▶ **INSTRUCTIONS TO FOLLOW**
Collect all lines below with the string "Rectangle".

▶ **DATA SECTION**
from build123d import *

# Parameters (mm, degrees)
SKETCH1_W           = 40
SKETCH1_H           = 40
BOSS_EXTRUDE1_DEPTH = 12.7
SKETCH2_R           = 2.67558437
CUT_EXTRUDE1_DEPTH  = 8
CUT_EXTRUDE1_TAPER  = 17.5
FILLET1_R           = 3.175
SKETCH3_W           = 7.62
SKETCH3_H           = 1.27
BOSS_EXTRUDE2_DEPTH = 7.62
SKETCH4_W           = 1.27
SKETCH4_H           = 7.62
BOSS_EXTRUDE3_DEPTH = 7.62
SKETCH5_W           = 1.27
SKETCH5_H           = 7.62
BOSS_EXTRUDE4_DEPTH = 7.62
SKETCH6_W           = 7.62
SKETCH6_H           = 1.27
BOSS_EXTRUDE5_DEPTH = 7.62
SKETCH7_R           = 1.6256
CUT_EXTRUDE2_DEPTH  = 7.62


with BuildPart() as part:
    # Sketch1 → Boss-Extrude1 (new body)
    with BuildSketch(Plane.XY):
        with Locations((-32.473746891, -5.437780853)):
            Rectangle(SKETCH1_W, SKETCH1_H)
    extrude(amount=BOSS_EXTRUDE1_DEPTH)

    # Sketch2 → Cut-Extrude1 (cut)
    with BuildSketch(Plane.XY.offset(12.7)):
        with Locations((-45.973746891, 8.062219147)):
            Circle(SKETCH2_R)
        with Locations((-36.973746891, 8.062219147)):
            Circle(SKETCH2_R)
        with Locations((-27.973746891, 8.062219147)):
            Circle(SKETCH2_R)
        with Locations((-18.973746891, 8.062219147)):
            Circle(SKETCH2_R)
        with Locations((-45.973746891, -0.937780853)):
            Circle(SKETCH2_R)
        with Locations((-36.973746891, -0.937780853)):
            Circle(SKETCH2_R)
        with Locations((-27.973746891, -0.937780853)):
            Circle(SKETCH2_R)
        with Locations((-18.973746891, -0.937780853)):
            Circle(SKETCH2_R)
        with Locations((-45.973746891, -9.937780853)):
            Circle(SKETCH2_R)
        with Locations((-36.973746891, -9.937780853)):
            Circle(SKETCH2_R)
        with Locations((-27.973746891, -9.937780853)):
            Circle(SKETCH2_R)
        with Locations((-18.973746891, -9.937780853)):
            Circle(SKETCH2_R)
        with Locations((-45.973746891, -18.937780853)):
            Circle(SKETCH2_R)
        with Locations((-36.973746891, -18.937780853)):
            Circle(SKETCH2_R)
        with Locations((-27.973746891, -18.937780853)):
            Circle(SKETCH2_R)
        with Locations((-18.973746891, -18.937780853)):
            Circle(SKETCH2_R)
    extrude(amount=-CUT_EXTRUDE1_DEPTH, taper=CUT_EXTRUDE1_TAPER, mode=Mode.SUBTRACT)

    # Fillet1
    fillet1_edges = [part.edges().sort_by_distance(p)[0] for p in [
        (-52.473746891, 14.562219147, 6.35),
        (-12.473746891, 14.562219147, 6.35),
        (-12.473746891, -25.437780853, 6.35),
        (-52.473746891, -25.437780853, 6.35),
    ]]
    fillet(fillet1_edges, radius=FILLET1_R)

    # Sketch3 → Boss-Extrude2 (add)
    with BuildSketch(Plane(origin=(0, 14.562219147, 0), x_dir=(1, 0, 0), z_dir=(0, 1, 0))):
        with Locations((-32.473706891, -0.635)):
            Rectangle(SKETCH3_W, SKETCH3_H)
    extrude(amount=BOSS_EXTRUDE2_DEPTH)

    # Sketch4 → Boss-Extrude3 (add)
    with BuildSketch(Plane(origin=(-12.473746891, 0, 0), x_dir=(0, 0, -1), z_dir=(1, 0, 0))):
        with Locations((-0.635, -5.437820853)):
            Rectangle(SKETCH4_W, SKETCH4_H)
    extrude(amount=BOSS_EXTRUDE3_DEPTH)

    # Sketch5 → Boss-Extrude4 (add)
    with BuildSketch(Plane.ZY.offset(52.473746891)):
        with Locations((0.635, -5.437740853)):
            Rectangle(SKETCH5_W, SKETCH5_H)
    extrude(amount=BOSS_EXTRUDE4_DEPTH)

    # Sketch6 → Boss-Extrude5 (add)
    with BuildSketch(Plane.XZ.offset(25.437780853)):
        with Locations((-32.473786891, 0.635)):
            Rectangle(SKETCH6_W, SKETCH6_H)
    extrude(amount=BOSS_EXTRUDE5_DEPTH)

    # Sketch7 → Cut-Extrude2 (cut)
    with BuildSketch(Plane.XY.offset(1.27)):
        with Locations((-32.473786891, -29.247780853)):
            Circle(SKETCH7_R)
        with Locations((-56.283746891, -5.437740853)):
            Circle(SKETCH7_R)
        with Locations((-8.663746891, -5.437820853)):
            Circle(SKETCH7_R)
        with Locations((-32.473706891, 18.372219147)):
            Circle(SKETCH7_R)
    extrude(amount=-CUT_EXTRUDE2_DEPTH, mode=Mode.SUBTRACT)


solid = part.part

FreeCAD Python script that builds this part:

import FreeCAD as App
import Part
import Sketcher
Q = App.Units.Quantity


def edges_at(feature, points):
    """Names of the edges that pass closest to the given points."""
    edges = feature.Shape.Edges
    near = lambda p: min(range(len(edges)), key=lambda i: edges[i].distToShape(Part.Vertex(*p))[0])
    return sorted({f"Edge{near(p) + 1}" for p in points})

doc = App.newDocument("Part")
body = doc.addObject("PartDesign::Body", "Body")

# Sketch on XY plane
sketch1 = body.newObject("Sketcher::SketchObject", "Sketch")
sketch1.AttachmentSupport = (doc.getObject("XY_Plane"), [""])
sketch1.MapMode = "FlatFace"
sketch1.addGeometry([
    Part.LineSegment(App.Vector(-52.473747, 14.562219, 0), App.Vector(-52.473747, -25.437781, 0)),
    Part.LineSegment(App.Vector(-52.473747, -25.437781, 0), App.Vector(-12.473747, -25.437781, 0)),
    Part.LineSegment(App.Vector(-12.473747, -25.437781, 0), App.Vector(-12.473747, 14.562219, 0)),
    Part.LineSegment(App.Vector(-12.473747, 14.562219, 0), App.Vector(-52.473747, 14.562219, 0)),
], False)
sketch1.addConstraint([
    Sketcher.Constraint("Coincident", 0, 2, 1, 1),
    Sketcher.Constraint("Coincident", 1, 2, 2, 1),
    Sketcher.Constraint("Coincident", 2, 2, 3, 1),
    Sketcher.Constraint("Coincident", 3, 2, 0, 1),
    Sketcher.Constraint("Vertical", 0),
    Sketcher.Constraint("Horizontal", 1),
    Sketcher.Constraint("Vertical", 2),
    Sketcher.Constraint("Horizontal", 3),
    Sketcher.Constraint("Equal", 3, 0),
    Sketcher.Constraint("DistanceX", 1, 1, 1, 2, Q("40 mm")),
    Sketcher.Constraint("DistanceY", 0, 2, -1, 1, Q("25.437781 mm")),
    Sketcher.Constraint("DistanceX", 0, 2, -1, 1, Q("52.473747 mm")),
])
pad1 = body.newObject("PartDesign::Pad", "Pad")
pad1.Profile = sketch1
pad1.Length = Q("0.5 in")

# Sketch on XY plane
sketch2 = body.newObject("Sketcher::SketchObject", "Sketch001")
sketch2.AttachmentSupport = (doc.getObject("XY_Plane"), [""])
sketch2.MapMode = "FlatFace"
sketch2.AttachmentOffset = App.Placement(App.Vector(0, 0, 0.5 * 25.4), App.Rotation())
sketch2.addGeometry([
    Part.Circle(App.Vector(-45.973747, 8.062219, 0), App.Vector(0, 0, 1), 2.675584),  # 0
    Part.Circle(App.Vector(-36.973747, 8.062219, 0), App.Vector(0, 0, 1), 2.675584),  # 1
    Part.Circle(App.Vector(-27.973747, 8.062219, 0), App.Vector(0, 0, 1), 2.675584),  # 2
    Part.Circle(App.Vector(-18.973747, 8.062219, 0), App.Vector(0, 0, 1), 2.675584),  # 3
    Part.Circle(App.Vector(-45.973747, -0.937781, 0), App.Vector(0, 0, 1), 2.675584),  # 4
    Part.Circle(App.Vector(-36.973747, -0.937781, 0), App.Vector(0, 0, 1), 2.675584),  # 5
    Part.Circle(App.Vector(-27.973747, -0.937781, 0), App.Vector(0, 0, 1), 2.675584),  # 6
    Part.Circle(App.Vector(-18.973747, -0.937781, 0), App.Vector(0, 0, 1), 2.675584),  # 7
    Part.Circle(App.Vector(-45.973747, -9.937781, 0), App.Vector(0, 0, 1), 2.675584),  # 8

▶ **YOUR SOLUTION**
            Rectangle(SKETCH1_W, SKETCH1_H)
            Rectangle(SKETCH3_W, SKETCH3_H)
            Rectangle(SKETCH4_W, SKETCH4_H)
            Rectangle(SKETCH5_W, SKETCH5_H)
            Rectangle(SKETCH6_W, SKETCH6_H)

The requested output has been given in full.